Qu’est-ce que je lis comme auteur spirituel ? Mais d'abord est-ce que je lis?

Puis pour l’élément subjectif :

Est-ce que je prends le temps d’écouter vraiment ?

Est-ce que j’ai le courage de soumettre toute ma personne à l’influence de la Parole ?

Est-ce que j’accueille la Parole dans tout mon vécu pour l’imprégner totalement de la vie évangélique ? Est-ce que j’apporte à la prière mes questions, mes révoltes, mes angoisses, tous les événements qui font ma vie présente ?

 

L’entretien

 

« Vous serez mes témoins…»

C’est à dire, nous serons les témoins de la Personne de Jésus. Nous dirons ce que nous avons entendu de sa bouche, ce que nous avons vu de nos yeux et surtout cette expérience unique de notre rencontre que nous avons vécue avec lui et qui nous a marqué à jamais.

Nous dirons Jésus dans nos paroles mais surtout dans notre vie, nos attitudes, nos comportements, nos engagements…

« Ce qui était dès le commencement, ce que nous avons entendu, ce que nous avons vu de nos yeux, ce que nous avons contemplé, ce que nos mains ont touché du Verbe de Vie ; car la Vie s’est manifestée;

Nous l’avons vue, nous en rendons témoignage et nous vous annonçons cette Vie éternelle qui était tournée vers le Père et qui nous est apparue.

Ce que nous avons vu et entendu, nous vous l’annonçons, afin que vous aussi soyez en communion avec nous. 1 Jn1, 1-3.

Je vous invite cet après-midi à porter un regard prolongé sur Jésus tout entier tourné vers son Père.

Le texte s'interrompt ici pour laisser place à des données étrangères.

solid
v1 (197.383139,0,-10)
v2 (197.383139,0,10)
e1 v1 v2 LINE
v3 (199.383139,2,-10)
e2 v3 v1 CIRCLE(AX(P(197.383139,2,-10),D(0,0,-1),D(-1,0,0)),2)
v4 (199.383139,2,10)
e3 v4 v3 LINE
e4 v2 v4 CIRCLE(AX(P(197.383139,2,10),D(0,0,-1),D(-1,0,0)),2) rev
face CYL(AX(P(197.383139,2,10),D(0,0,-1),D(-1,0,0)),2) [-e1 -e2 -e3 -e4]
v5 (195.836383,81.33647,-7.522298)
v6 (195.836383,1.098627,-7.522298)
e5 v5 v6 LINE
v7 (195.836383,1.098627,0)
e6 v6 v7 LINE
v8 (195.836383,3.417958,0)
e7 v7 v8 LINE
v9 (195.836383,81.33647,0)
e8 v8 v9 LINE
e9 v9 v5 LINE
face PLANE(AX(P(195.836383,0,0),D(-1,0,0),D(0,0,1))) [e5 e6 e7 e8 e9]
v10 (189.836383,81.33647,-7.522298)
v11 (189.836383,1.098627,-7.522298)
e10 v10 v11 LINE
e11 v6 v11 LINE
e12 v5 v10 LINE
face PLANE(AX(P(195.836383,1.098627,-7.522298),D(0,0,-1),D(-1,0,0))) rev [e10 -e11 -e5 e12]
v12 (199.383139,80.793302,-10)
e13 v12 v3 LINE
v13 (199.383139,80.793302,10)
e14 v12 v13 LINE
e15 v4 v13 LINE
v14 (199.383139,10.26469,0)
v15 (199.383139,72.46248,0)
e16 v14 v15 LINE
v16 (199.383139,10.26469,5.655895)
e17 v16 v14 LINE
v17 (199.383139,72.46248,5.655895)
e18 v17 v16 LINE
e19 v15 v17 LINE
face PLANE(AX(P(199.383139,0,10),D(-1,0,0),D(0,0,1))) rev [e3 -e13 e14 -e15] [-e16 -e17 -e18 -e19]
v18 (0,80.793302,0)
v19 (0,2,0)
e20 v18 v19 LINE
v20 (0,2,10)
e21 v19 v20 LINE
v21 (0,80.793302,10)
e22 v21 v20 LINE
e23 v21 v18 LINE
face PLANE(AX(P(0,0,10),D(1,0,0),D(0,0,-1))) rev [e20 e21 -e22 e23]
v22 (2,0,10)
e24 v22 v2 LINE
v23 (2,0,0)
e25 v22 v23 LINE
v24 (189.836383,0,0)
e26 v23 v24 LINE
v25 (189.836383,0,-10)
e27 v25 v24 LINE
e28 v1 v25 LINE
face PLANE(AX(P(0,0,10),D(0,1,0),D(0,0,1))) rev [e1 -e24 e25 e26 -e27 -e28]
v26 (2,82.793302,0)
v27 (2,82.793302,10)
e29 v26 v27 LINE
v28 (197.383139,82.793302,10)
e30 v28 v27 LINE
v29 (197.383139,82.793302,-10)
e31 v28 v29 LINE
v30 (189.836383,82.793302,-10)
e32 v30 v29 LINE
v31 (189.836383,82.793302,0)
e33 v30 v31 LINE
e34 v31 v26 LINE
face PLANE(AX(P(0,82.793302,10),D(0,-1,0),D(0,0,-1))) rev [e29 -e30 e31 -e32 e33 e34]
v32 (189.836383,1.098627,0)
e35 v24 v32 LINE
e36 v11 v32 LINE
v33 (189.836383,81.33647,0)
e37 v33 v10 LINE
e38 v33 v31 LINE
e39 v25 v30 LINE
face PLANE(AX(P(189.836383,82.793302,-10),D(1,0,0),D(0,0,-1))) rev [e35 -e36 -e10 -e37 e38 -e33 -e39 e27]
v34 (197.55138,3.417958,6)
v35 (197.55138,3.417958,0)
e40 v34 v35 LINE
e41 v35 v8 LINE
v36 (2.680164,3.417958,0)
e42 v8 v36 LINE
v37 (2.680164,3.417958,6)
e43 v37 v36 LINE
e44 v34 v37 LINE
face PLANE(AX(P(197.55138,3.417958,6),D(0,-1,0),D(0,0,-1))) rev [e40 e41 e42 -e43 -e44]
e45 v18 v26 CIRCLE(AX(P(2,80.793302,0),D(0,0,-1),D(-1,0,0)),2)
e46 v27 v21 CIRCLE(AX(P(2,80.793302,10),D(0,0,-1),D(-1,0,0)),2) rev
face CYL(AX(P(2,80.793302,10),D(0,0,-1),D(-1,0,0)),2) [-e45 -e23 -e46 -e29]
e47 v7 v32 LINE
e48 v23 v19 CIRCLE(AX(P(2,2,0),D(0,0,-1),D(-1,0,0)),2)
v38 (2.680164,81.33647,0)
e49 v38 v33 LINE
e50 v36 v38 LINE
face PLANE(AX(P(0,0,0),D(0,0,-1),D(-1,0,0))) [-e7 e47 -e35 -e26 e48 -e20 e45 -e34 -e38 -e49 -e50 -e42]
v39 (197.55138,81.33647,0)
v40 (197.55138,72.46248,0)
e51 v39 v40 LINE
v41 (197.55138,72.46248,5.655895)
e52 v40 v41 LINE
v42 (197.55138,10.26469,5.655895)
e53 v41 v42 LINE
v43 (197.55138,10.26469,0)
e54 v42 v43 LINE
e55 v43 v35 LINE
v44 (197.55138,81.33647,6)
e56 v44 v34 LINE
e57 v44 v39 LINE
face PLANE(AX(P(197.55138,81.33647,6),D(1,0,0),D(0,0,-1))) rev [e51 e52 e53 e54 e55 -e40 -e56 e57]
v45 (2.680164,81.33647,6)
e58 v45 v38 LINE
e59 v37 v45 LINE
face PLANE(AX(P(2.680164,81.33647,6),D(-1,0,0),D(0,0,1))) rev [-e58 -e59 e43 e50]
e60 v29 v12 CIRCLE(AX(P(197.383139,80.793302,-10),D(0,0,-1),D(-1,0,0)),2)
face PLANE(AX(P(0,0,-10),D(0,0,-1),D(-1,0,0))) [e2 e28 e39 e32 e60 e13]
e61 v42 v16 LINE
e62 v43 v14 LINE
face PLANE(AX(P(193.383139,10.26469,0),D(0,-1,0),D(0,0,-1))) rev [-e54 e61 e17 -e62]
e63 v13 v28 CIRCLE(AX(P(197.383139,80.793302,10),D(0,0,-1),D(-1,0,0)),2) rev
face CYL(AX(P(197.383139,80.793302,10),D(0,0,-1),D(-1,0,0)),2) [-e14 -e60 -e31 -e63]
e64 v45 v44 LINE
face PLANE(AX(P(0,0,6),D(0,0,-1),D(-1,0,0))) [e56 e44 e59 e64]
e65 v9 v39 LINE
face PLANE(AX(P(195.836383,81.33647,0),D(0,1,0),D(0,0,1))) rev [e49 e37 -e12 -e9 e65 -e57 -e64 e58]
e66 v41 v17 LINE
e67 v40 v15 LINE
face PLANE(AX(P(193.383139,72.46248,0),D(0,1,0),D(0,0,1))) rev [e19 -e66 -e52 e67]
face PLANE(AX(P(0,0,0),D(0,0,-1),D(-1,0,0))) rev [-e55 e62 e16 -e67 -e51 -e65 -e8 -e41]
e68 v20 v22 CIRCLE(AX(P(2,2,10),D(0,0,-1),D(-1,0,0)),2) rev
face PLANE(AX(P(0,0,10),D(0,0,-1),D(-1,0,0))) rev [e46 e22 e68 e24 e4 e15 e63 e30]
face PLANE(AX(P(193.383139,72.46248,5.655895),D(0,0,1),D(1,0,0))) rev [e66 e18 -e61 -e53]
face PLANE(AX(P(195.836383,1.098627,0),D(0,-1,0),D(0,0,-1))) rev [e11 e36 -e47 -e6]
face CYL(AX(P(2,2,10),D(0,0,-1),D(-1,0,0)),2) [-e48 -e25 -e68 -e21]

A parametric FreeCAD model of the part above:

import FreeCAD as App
import Part
import Sketcher
from FreeCAD import Vector
Q = App.Units.Quantity


def edges_at(feature, points):
    """Names of the edges that pass closest to the given points."""
    edges = feature.Shape.Edges
    near = lambda p: min(range(len(edges)), key=lambda i: edges[i].distToShape(Part.Vertex(*p))[0])
    return sorted({f"Edge{near(p) + 1}" for p in points})

doc = App.newDocument("Part")
body = doc.addObject("PartDesign::Body", "Body")

sketch1 = doc.addObject("Sketcher::SketchObject", "Sketch")
body.addObject(sketch1)
sketch1.AttachmentSupport = (doc.XY_Plane, [""])
sketch1.MapMode = "FlatFace"
sketch1.addGeometry([
    Part.LineSegment(Vector(0, 82.793302, 0), Vector(0, 0, 0)),
    Part.LineSegment(Vector(0, 0, 0), Vector(199.383139, 0, 0)),
    Part.LineSegment(Vector(199.383139, 0, 0), Vector(199.383139, 82.793302, 0)),
    Part.LineSegment(Vector(199.383139, 82.793302, 0), Vector(0, 82.793302, 0)),
], False)
sketch1.addConstraint([
    Sketcher.Constraint("Coincident", 0, 2, 1, 1),
    Sketcher.Constraint("Coincident", 1, 2, 2, 1),
    Sketcher.Constraint("Coincident", 2, 2, 3, 1),
    Sketcher.Constraint("Coincident", 3, 2, 0, 1),
    Sketcher.Constraint("Vertical", 0),
    Sketcher.Constraint("Horizontal", 1),
    Sketcher.Constraint("Vertical", 2),
    Sketcher.Constraint("Horizontal", 3),
    Sketcher.Constraint("Coincident", 0, 2, -1, 1),
    Sketcher.Constraint("DistanceY", 0, 2, 0, 1, Q("82.793302 mm")),
    Sketcher.Constraint("DistanceX", 1, 1, 1, 2, Q("199.383139 mm")),
])
pad1 = doc.addObject("PartDesign::Pad", "Pad")
body.addObject(pad1)
pad1.Profile = sketch1
pad1.Length = 10

sketch2 = doc.addObject("Sketcher::SketchObject", "Sketch001")
body.addObject(sketch2)
sketch2.AttachmentSupport = (doc.XY_Plane, [""])
sketch2.MapMode = "FlatFace"
sketch2.addGeometry([
    Part.LineSegment(Vector(199.383139, 82.793302, 0), Vector(199.383139, 0, 0)),
    Part.LineSegment(Vector(199.383139, 0, 0), Vector(189.836383, 0, 0)),
    Part.LineSegment(Vector(189.836383, 0, 0), Vector(189.836383, 82.793302, 0)),
    Part.LineSegment(Vector(189.836383, 82.793302, 0), Vector(199.383139, 82.793302, 0)),
], False)
sketch2.addConstraint([
    Sketcher.Constraint("Coincident", 0, 2, 1, 1),
    Sketcher.Constraint("Coincident", 1, 2, 2, 1),
    Sketcher.Constraint("Coincident", 2, 2, 3, 1),
    Sketcher.Constraint("Coincident", 3, 2, 0, 1),
    Sketcher.Constraint("Vertical", 0),
    Sketcher.Constraint("Horizontal", 1),
    Sketcher.Constraint("Vertical", 2),
    Sketcher.Constraint("Horizontal", 3),
    Sketcher.Constraint("PointOnObject", 0, 2, -1),
    Sketcher.Constraint("DistanceY", 0, 2, 0, 1, Q("82.793302 mm")),
    Sketcher.Constraint("DistanceX", 1, 2, 1, 1, Q("9.546756 mm")),
    Sketcher.Constraint("DistanceX", -1, 1, 0, 2, Q("199.383139 mm")),
])
pad2 = doc.addObject("PartDesign::Pad", "Pad001")
body.addObject(pad2)
pad2.Profile = sketch2
pad2.Length = 10
pad2.Reversed = True

sketch3 = doc.addObject("Sketcher::SketchObject", "Sketch002")
body.addObject(sketch3)
sketch3.AttachmentSupport = (doc.YZ_Plane, [""])
sketch3.MapMode = "FlatFace"
sketch3.AttachmentOffset = App.Placement(Vector(0, 0, 189.836383), App.Rotation())
sketch3.addGeometry([
    Part.LineSegment(Vector(81.33647, -7.522298, 0), Vector(1.098627, -7.522298, 0)),
    Part.LineSegment(Vector(1.098627, -7.522298, 0), Vector(1.098627, 0, 0)),
    Part.LineSegment(Vector(1.098627, 0, 0), Vector(81.33647, 0, 0)),
    Part.LineSegment(Vector(81.33647, 0, 0), Vector(81.33647, -7.522298, 0)),
], False)
sketch3.addConstraint([
    Sketcher.Constraint("Coincident", 0, 2, 1, 1),
    Sketcher.Constraint("Coincident", 1, 2, 2, 1),
    Sketcher.Constraint("Coincident", 2, 2, 3, 1),
    Sketcher.Constraint("Coincident", 3, 2, 0, 1),
    Sketcher.Constraint("Horizontal", 0),
    Sketcher.Constraint("Vertical", 1),
    Sketcher.Constraint("Horizontal", 2),
    Sketcher.Constraint("Vertical", 3),
    Sketcher.Constraint("PointOnObject", 1, 2, -1),
    Sketcher.Constraint("DistanceX", 0, 2, 0, 1, Q("80.237843 mm")),
    Sketcher.Constraint("DistanceY", 1, 1, 1, 2, Q("7.522298 mm")),
    Sketcher.Constraint("DistanceX", -1, 1, 2, 2, Q("81.33647 mm")),
])
pocket1 = doc.addObject("PartDesign::Pocket", "Pocket")
body.addObject(pocket1)
pocket1.Profile = sketch3
pocket1.Length = 6
pocket1.Reversed = True

sketch4 = doc.addObject("Sketcher::SketchObject", "Sketch003")
body.addObject(sketch4)
sketch4.AttachmentSupport = (doc.XY_Plane, [""])
sketch4.MapMode = "FlatFace"
sketch4.addGeometry([
    Part.LineSegment(Vector(197.55138, 81.33647, 0), Vector(197.55138, 3.417958, 0)),
    Part.LineSegment(Vector(197.55138, 3.417958, 0), Vector(2.680164, 3.417958, 0)),
    Part.LineSegment(Vector(2.680164, 3.417958, 0), Vector(2.680164, 81.33647, 0)),
    Part.LineSegment(Vector(2.680164, 81.33647, 0), Vector(197.55138, 81.33647, 0)),
], False)
sketch4.addConstraint([
    Sketcher.Constraint("Coincident", 0, 2, 1, 1),
    Sketcher.Constraint("Coincident", 1, 2, 2, 1),
    Sketcher.Constraint("Coincident", 2, 2, 3, 1),
    Sketcher.Constraint("Coincident", 3, 2, 0, 1),
    Sketcher.Constraint("Vertical", 0),
    Sketcher.Constraint("Horizontal", 1),
    Sketcher.Constraint("Vertical", 2),
    Sketcher.Constraint("Horizontal", 3),
    Sketcher.Constraint("DistanceX", 1, 2, 1, 1, Q("194.871217 mm")),
    Sketcher.Constraint("DistanceY", 0, 2, 0, 1, Q("77.918512 mm")),
    Sketcher.Constraint("DistanceX", -1, 1, 0, 2, Q("197.55138 mm")),
    Sketcher.Constraint("DistanceY", -1, 1, 2, 2, Q("81.33647 mm")),
])
pocket2 = doc.addObject("PartDesign::Pocket", "Pocket001")
body.addObject(pocket2)
pocket2.Profile = sketch4
pocket2.Length = 6
pocket2.Reversed = True

sketch5 = doc.addObject("Sketcher::SketchObject", "Sketch004")
body.addObject(sketch5)
sketch5.AttachmentSupport = (doc.YZ_Plane, [""])
sketch5.MapMode = "FlatFace"
sketch5.AttachmentOffset = App.Placement(Vector(0, 0, 199.383139), App.Rotation())
sketch5.addGeometry([
    Part.LineSegment(Vector(72.46248, 5.655895, 0), Vector(10.26469, 5.655895, 0)),
    Part.LineSegment(Vector(10.26469, 5.655895, 0), Vector(10.26469, 0, 0)),
    Part.LineSegment(Vector(10.26469, 0, 0), Vector(72.46248, 0, 0)),
    Part.LineSegment(Vector(72.46248, 0, 0), Vector(72.46248, 5.655895, 0)),
], False)
sketch5.addConstraint([
    Sketcher.Constraint("Coincident", 0, 2, 1, 1),
    Sketcher.Constraint("Coincident", 1, 2, 2, 1),
    Sketcher.Constraint("Coincident", 2, 2, 3, 1),
    Sketcher.Constraint("Coincident", 3, 2, 0, 1),
    Sketcher.Constraint("Horizontal", 0),
    Sketcher.Constraint("Vertical", 1),
    Sketcher.Constraint("Horizontal", 2),
    Sketcher.Constraint("Vertical", 3),
    Sketcher.Constraint("PointOnObject", 1, 2, -1),
    Sketcher.Constraint("DistanceX", 0, 2, 0, 1, Q("62.19779 mm")),
    Sketcher.Constraint("DistanceY", 1, 2, 1, 1, Q("5.655895 mm")),
    Sketcher.Constraint("DistanceX", -1, 1, 0, 2, Q("10.26469 mm")),
])
pocket3 = doc.addObject("PartDesign::Pocket", "Pocket002")
body.addObject(pocket3)
pocket3.Profile = sketch5
pocket3.Length = 6
doc.recompute()

fillet = doc.addObject("PartDesign::Fillet", "Fillet")
body.addObject(fillet)
fillet.Base = (pocket3, edges_at(pocket3, [(199.383, 0, -5)]))
fillet.Radius = 2
doc.recompute()

fillet2 = doc.addObject("PartDesign::Fillet", "Fillet001")
body.addObject(fillet2)
fillet2.Base = (fillet, edges_at(fillet, [(199.383, 82.793, -5)]))
fillet2.Radius = 2
doc.recompute()

fillet3 = doc.addObject("PartDesign::Fillet", "Fillet002")
body.addObject(fillet3)
fillet3.Base = (fillet2, edges_at(fillet2, [(0, 82.793, 5)]))
fillet3.Radius = 2
doc.recompute()

fillet4 = doc.addObject("PartDesign::Fillet", "Fillet003")
body.addObject(fillet4)
fillet4.Base = (fillet3, edges_at(fillet3, [(0, 0, 5)]))
fillet4.Radius = 2

doc.recompute()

Je vous invite à vous assoir et à le regardé longuement et à le contempler.

Les disciples qui ont marché à la suite de Jésus pendant trois ans ont été témoins de ses paroles et de ses gestes. Ils ont approché ce qui a fait le cœur de sa vie, son mystère profond.

Ils ont pressenti qu’il était habité par une présence qui le comblait. Il était animé par un amour très fort.

Et lorsqu’on parcourt les Évangiles, on trouve des indices de ce mystère intérieur qui est à la source de sa vie.

Souvent Jésus aimait se retirer seul pour mieux le rencontrer…

« Le jour venu, il sortit et se rendit dans un lieu désert…» Lc 4,42.

« Or il advint en ces jours-là qu’il s’en alla dans la montagne pour prier et il passa toute la nuit à prier Dieu…» Lc 6,12.

« Or il advint, comme il était à prier, seul, n’ayant avec lui que les disciples, qu’il les interrogea en disant : < Qui suis-je au dire des foules ? > » Lc 9,18.

« Or il advint, environ huit jours après ces paroles, que prenant avec Lui Pierre, Jean et Jacques, il gravit la montagne pour prier…» Lc 9,28.

On ne peut comprendre vraiment la vie et l’engagement de Jésus que si on se rappelle que le cœur, l’essentiel de sa vie, c’est la personne de son Père qui le comble !

« Abba, Papa ! »

« La relation profonde que Jésus entretenait avec celui qu'Il appelait son ABBA constitue pour Albert Nolan le cœur de son être...il reflète une relation de très grande intimité, sans connotation masculine ou féminine, sans qu'il faille y voir une quelconque trace patriarcale. « C'est parce que nous n'avons pas encore fait l'expérience de Dieu comme ABBA que nous trouvons difficile de prendre Jésus au sérieux et de vivre comme il a vécu. L'expérience de Dieu comme ABBA est à la source de la sagesse de Jésus, de sa clarté, de sa confiance et de sa liberté radicale. Sans cela il est impossible de comprendre pourquoi et comment il a fait ce qu'il a fait....Sans un enracinement radical dans l'expérience de Dieu, nous n'aurons rien à dire à nos contemporains et demeurerons impuissants devant les défis que nous lancent notre époque...»

Suivre Jésus aujourd'hui, préface de Timothy Radcliffe o.p. p.8.

 

Toute sa vie, son dialogue intérieur se rapporte à Lui.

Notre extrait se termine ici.